[Opening SOURCE MATERIAL section]

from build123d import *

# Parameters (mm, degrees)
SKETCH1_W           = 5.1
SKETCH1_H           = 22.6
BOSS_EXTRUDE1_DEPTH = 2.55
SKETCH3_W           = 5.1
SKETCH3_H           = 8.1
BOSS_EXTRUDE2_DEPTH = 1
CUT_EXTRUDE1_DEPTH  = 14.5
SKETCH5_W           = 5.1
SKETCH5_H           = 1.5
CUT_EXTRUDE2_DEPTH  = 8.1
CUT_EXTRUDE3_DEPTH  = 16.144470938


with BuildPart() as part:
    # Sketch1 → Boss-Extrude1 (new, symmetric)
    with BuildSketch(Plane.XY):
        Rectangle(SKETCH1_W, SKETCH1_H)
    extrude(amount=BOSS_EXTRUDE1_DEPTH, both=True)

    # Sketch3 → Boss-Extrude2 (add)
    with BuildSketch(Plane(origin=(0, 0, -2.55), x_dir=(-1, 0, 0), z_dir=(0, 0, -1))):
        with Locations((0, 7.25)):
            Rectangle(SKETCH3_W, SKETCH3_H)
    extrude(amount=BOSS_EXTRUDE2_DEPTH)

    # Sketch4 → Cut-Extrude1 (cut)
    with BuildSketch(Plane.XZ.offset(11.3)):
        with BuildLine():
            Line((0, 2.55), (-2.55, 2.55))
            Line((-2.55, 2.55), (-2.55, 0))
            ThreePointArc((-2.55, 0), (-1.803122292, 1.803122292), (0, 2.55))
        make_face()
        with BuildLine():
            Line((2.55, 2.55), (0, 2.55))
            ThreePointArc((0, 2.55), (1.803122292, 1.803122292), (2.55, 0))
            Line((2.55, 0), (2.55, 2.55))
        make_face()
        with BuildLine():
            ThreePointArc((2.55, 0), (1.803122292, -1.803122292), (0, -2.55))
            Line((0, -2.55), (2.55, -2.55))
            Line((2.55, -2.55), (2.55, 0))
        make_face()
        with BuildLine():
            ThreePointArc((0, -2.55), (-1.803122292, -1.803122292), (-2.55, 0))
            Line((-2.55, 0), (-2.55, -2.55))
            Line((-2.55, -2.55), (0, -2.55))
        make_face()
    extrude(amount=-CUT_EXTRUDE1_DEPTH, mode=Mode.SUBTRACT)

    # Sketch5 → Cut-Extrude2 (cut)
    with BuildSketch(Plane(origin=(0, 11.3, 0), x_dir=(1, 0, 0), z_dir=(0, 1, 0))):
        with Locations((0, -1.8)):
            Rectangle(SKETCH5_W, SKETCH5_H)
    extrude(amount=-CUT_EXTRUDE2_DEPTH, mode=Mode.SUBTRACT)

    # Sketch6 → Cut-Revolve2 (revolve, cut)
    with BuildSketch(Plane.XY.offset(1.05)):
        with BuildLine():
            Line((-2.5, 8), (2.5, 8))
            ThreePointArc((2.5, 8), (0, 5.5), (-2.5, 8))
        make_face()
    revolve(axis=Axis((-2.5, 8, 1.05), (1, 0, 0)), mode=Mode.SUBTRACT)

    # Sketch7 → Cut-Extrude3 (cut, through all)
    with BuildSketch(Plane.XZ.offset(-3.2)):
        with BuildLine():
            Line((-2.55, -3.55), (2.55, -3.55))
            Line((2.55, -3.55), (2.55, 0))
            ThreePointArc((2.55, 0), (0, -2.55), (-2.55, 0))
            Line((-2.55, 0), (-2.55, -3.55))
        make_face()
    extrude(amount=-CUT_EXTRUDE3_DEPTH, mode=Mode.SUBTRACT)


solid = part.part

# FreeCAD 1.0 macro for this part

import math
import FreeCAD as App
import Part
import Sketcher
from FreeCAD import Vector

doc = App.newDocument("Part")
params = doc.addObject("Spreadsheet::Sheet", "Params")
for row, (alias, value) in enumerate([
    ("sketch1_width", "5.1 mm"),
    ("sketch1_height", "22.6 mm"),
    ("pad1_length", "5.1 mm"),
    ("sketch2_width", "5.1 mm"),
    ("sketch2_height", "8.1 mm"),
    ("pad2_length", "1 mm"),
    ("sketch3_radius", "2.55 mm"),
    ("pocket1_length", "14.5 mm"),
    ("sketch4_width", "5.1 mm"),
    ("sketch4_height", "1.5 mm"),
    ("pocket2_length", "8.1 mm"),
    ("sketch5_radius", "2.5 mm"),
    ("groove_angle", "360 deg"),
    ("sketch6_radius", "2.55 mm"),
    ("sketch6_height", "3.55 mm"),
], start=1):
    params.set(f"A{row}", alias)
    params.set(f"B{row}", "=" + value)
    params.setAlias(f"B{row}", alias)

body = doc.addObject("PartDesign::Body", "Body")

sketch1 = doc.addObject("Sketcher::SketchObject", "Sketch")
body.addObject(sketch1)
sketch1.AttachmentSupport = (doc.XY_Plane, [""])
sketch1.MapMode = "FlatFace"
sketch1.addGeometry([
    Part.LineSegment(Vector(-2.55, 11.3, 0), Vector(-2.55, -11.3, 0)),
    Part.LineSegment(Vector(-2.55, -11.3, 0), Vector(2.55, -11.3, 0)),
    Part.LineSegment(Vector(2.55, -11.3, 0), Vector(2.55, 11.3, 0)),
    Part.LineSegment(Vector(2.55, 11.3, 0), Vector(-2.55, 11.3, 0)),
], False)
sketch1.addConstraint([
    Sketcher.Constraint("Coincident", 0, 2, 1, 1),
    Sketcher.Constraint("Coincident", 1, 2, 2, 1),
    Sketcher.Constraint("Coincident", 2, 2, 3, 1),
    Sketcher.Constraint("Coincident", 3, 2, 0, 1),
    Sketcher.Constraint("Vertical", 0),
    Sketcher.Constraint("Horizontal", 1),
    Sketcher.Constraint("Vertical", 2),
    Sketcher.Constraint("Horizontal", 3),
    Sketcher.Constraint("Symmetric", 0, 2, 2, 2, -1, 1),
    Sketcher.Constraint("DistanceX", 1, 1, 1, 2, 5.1),
    Sketcher.Constraint("DistanceY", 0, 2, 0, 1, 22.6),
])
sketch1.setExpression("Constraints[9]", "Params.sketch1_width")
sketch1.setExpression("Constraints[10]", "Params.sketch1_height")
pad1 = doc.addObject("PartDesign::Pad", "Pad")
body.addObject(pad1)
pad1.Profile = sketch1
pad1.setExpression("Length", "Params.pad1_length")
pad1.Midplane = True

sketch2 = doc.addObject("Sketcher::SketchObject", "Sketch001")
body.addObject(sketch2)
sketch2.AttachmentSupport = (doc.XY_Plane, [""])
sketch2.MapMode = "FlatFace"
sketch2.AttachmentOffset = App.Placement(Vector(0, 0, -2.55), App.Rotation())
sketch2.addGeometry([
    Part.LineSegment(Vector(2.55, 11.3, 0), Vector(2.55, 3.2, 0)),
    Part.LineSegment(Vector(2.55, 3.2, 0), Vector(-2.55, 3.2, 0)),
    Part.LineSegment(Vector(-2.55, 3.2, 0), Vector(-2.55, 11.3, 0)),
    Part.LineSegment(Vector(-2.55, 11.3, 0), Vector(2.55, 11.3, 0)),
], False)
sketch2.addConstraint([
    Sketcher.Constraint("Coincident", 0, 2, 1, 1),
    Sketcher.Constraint("Coincident", 1, 2, 2, 1),
    Sketcher.Constraint("Coincident", 2, 2, 3, 1),
    Sketcher.Constraint("Coincident", 3, 2, 0, 1),
    Sketcher.Constraint("Vertical", 0),
    Sketcher.Constraint("Horizontal", 1),
    Sketcher.Constraint("Vertical", 2),
    Sketcher.Constraint("Horizontal", 3),
    Sketcher.Constraint("DistanceX", 1, 2, 1, 1, 5.1),
    Sketcher.Constraint("DistanceY", 0, 2, 0, 1, 8.1),
    Sketcher.Constraint("DistanceY", -1, 1, 0, 2, 3.2),
    Sketcher.Constraint("DistanceX", -1, 1, 0, 2, 2.55),
])
sketch2.setExpression("Constraints[8]", "Params.sketch2_width")
sketch2.setExpression("Constraints[9]", "Params.sketch2_height")
pad2 = doc.addObject("PartDesign::Pad", "Pad001")
body.addObject(pad2)
pad2.Profile = sketch2
pad2.setExpression("Length", "Params.pad2_length")
pad2.Reversed = True

sketch3 = doc.addObject("Sketcher::SketchObject", "Sketch002")
body.addObject(sketch3)
sketch3.AttachmentSupport = (doc.XZ_Plane, [""])
sketch3.MapMode = "FlatFace"
sketch3.AttachmentOffset = App.Placement(Vector(0, 0, 11.3), App.Rotation())
sketch3.addGeometry([
    Part.LineSegment(Vector(0, 2.55, 0), Vector(-2.55, 2.55, 0)),
    Part.LineSegment(Vector(-2.55, 2.55, 0), Vector(-2.55, 0, 0)),
    Part.ArcOfCircle(Part.Circle(Vector(0, 0, 0), Vector(0, 0, 1), 2.55), math.radians(90), math.radians(180)),
    Part.LineSegment(Vector(2.55, 2.55, 0), Vector(0, 2.55, 0)),
    Part.ArcOfCircle(Part.Circle(Vector(0, 0, 0), Vector(0, 0, 1), 2.55), math.radians(0), math.radians(90)),
    Part.LineSegment(Vector(2.55, 0, 0), Vector(2.55, 2.55, 0)),
    Part.ArcOfCircle(Part.Circle(Vector(0, 0, 0), Vector(0, 0, 1), 2.55), math.radians(-90), math.radians(0)),
    Part.LineSegment(Vector(0, -2.55, 0), Vector(2.55, -2.55, 0)),
    Part.LineSegment(Vector(2.55, -2.55, 0), Vector(2.55, 0, 0)),
    Part.ArcOfCircle(Part.Circle(Vector(0, 0, 0), Vector(0, 0, 1), 2.55), math.radians(180), math.radians(270)),
    Part.LineSegment(Vector(-2.55, 0, 0), Vector(-2.55, -2.55, 0)),
    Part.LineSegment(Vector(-2.55, -2.55, 0), Vector(0, -2.55, 0)),
], False)
sketch3.addConstraint([
    Sketcher.Constraint("Coincident", 0, 2, 1, 1),
    Sketcher.Constraint("Tangent", 1, 2, 2, 2),
    Sketcher.Constraint("Tangent", 2, 1, 0, 1),
    Sketcher.Constraint("Tangent", 3, 2, 4, 2),
    Sketcher.Constraint("Tangent", 4, 1, 5, 1),
    Sketcher.Constraint("Coincident", 5, 2, 3, 1),
    Sketcher.Constraint("Tangent", 6, 1, 7, 1),
    Sketcher.Constraint("Coincident", 7, 2, 8, 1),
    Sketcher.Constraint("Tangent", 8, 2, 6, 2),
    Sketcher.Constraint("Tangent", 9, 1, 10, 1),
    Sketcher.Constraint("Coincident", 10, 2, 11, 1),
    Sketcher.Constraint("Tangent", 11, 2, 9, 2),
    Sketcher.Constraint("Horizontal", 0),
    Sketcher.Constraint("Vertical", 1),
    Sketcher.Constraint("Horizontal", 3),
    Sketcher.Constraint("Vertical", 5),
    Sketcher.Constraint("Horizontal", 7),
    Sketcher.Constraint("Vertical", 8),
    Sketcher.Constraint("Vertical", 10),
    Sketcher.Constraint("Horizontal", 11),
    Sketcher.Constraint("Coincident", 2, 3, -1, 1),
    Sketcher.Constraint("Coincident", 4, 3, -1, 1),
    Sketcher.Constraint("Coincident", 6, 3, -1, 1),
    Sketcher.Constraint("Coincident", 9, 3, -1, 1),
    Sketcher.Constraint("Equal", 2, 4),
    Sketcher.Constraint("Equal", 4, 6),
    Sketcher.Constraint("Equal", 6, 9),
    Sketcher.Constraint("Radius", 2, 2.55),
])
sketch3.setExpression("Constraints[27]", "Params.sketch3_radius")
pocket1 = doc.addObject("PartDesign::Pocket", "Pocket")
body.addObject(pocket1)
pocket1.Profile = sketch3
pocket1.setExpression("Length", "Params.pocket1_length")

sketch4 = doc.addObject("Sketcher::SketchObject", "Sketch003")
body.addObject(sketch4)
sketch4.AttachmentSupport = (doc.XZ_Plane, [""])
sketch4.MapMode = "FlatFace"
sketch4.AttachmentOffset = App.Placement(Vector(0, 0, -11.3), App.Rotation())
sketch4.addGeometry([
    Part.LineSegment(Vector(-2.55, 1.05, 0), Vector(-2.55, 2.55, 0)),
    Part.LineSegment(Vector(-2.55, 2.55, 0), Vector(2.55, 2.55, 0)),
    Part.LineSegment(Vector(2.55, 2.55, 0), Vector(2.55, 1.05, 0)),
    Part.LineSegment(Vector(2.55, 1.05, 0), Vector(-2.55, 1.05, 0)),
], False)
sketch4.addConstraint([
    Sketcher.Constraint("Coincident", 0, 2, 1, 1),
    Sketcher.Constraint("Coincident", 1, 2, 2, 1),
    Sketcher.Constraint("Coincident", 2, 2, 3, 1),
    Sketcher.Constraint("Coincident", 3, 2, 0, 1),
    Sketcher.Constraint("Vertical", 0),
    Sketcher.Constraint("Horizontal", 1),
    Sketcher.Constraint("Vertical", 2),
    Sketcher.Constraint("Horizontal", 3),
    Sketcher.Constraint("DistanceX", 1, 1, 1, 2, 5.1),
    Sketcher.Constraint("DistanceY", 0, 1, 0, 2, 1.5),
    Sketcher.Constraint("DistanceX", 0, 2, -1, 1, 2.55),
    Sketcher.Constraint("DistanceY", -1, 1, 0, 2, 2.55),
])
sketch4.setExpression("Constraints[8]", "Params.sketch4_width")
sketch4.setExpression("Constraints[9]", "Params.sketch4_height")
pocket2 = doc.addObject("PartDesign::Pocket", "Pocket001")
body.addObject(pocket2)
pocket2.Profile = sketch4
pocket2.setExpression("Length", "Params.pocket2_length")
pocket2.Reversed = True

sketch5 = doc.addObject("Sketcher::SketchObject", "Sketch004")
body.addObject(sketch5)
sketch5.AttachmentSupport = (doc.XY_Plane, [""])
sketch5.MapMode = "FlatFace"
sketch5.AttachmentOffset = App.Placement(Vector(0, 0, 1.05), App.Rotation())
sketch5.addGeometry([
    Part.LineSegment(Vector(2.5, 8, 0), Vector(-2.5, 8, 0)),
    Part.ArcOfCircle(Part.Circle(Vector(0, 8, 0), Vector(0, 0, 1), 2.5), math.radians(180), math.radians(360)),
], False)
sketch5.addGeometry(Part.LineSegment(Vector(-2.5, 8, 0), Vector(2.5, 8, 0)), True)
sketch5.addConstraint([
    Sketcher.Constraint("Coincident", 0, 1, 1, 2),
    Sketcher.Constraint("Coincident", 1, 1, 0, 2),
    Sketcher.Constraint("Horizontal", 0),
    Sketcher.Constraint("Horizontal", 2),
    Sketcher.Constraint("Coincident", 2, 1, 1, 1),
    Sketcher.Constraint("PointOnObject", 1, 3, -2),
    Sketcher.Constraint("Horizontal", 1, 3, 0, 1),
    Sketcher.Constraint("Equal", 0, 2),
    Sketcher.Constraint("Radius", 1, 2.5),
    Sketcher.Constraint("DistanceY", -1, 1, 1, 3, 8.0),
])
sketch5.setExpression("Constraints[8]", "Params.sketch5_radius")
groove = doc.addObject("PartDesign::Groove", "Groove")
body.addObject(groove)
groove.Profile = sketch5
groove.ReferenceAxis = (sketch5, ["Axis0"])
groove.setExpression("Angle", "Params.groove_angle")

sketch6 = doc.addObject("Sketcher::SketchObject", "Sketch005")
body.addObject(sketch6)
sketch6.AttachmentSupport = (doc.XZ_Plane, [""])
sketch6.MapMode = "FlatFace"
sketch6.AttachmentOffset = App.Placement(Vector(0, 0, -3.2), App.Rotation())
sketch6.addGeometry([
    Part.LineSegment(Vector(-2.55, -3.55, 0), Vector(2.55, -3.55, 0)),
    Part.LineSegment(Vector(2.55, -3.55, 0), Vector(2.55, 0, 0)),
    Part.ArcOfCircle(Part.Circle(Vector(0, 0, 0), Vector(0, 0, 1), 2.55), math.radians(180), math.radians(360)),
    Part.LineSegment(Vector(-2.55, 0, 0), Vector(-2.55, -3.55, 0)),
], False)
sketch6.addConstraint([
    Sketcher.Constraint("Coincident", 0, 2, 1, 1),
    Sketcher.Constraint("Tangent", 1, 2, 2, 2),
    Sketcher.Constraint("Tangent", 2, 1, 3, 1),
    Sketcher.Constraint("Coincident", 3, 2, 0, 1),
    Sketcher.Constraint("Horizontal", 0),
    Sketcher.Constraint("Vertical", 1),
    Sketcher.Constraint("Vertical", 3),
    Sketcher.Constraint("Coincident", 2, 3, -1, 1),
    Sketcher.Constraint("Radius", 2, 2.55),
    Sketcher.Constraint("DistanceY", 1, 1, 1, 2, 3.55),
])
sketch6.setExpression("Constraints[8]", "Params.sketch6_radius")
sketch6.setExpression("Constraints[9]", "Params.sketch6_height")
pocket3 = doc.addObject("PartDesign::Pocket", "Pocket002")
body.addObject(pocket3)
pocket3.Profile = sketch6
pocket3.Type = "ThroughAll"

doc.recompute()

[Closing SOURCE MATERIAL section]

TASK DETAILS: The required answer is the run of lines above, starting at the line with "extrude(amount=-CUT_EXTRUDE3_DEPTH, mode=Mode.SUBTRACT)" and ending at the line with "# FreeCAD 1.0 macro for this part", reproduced exactly with both ends.

REPLY TO THE EXERCISE:
    extrude(amount=-CUT_EXTRUDE3_DEPTH, mode=Mode.SUBTRACT)


solid = part.part

# FreeCAD 1.0 macro for this part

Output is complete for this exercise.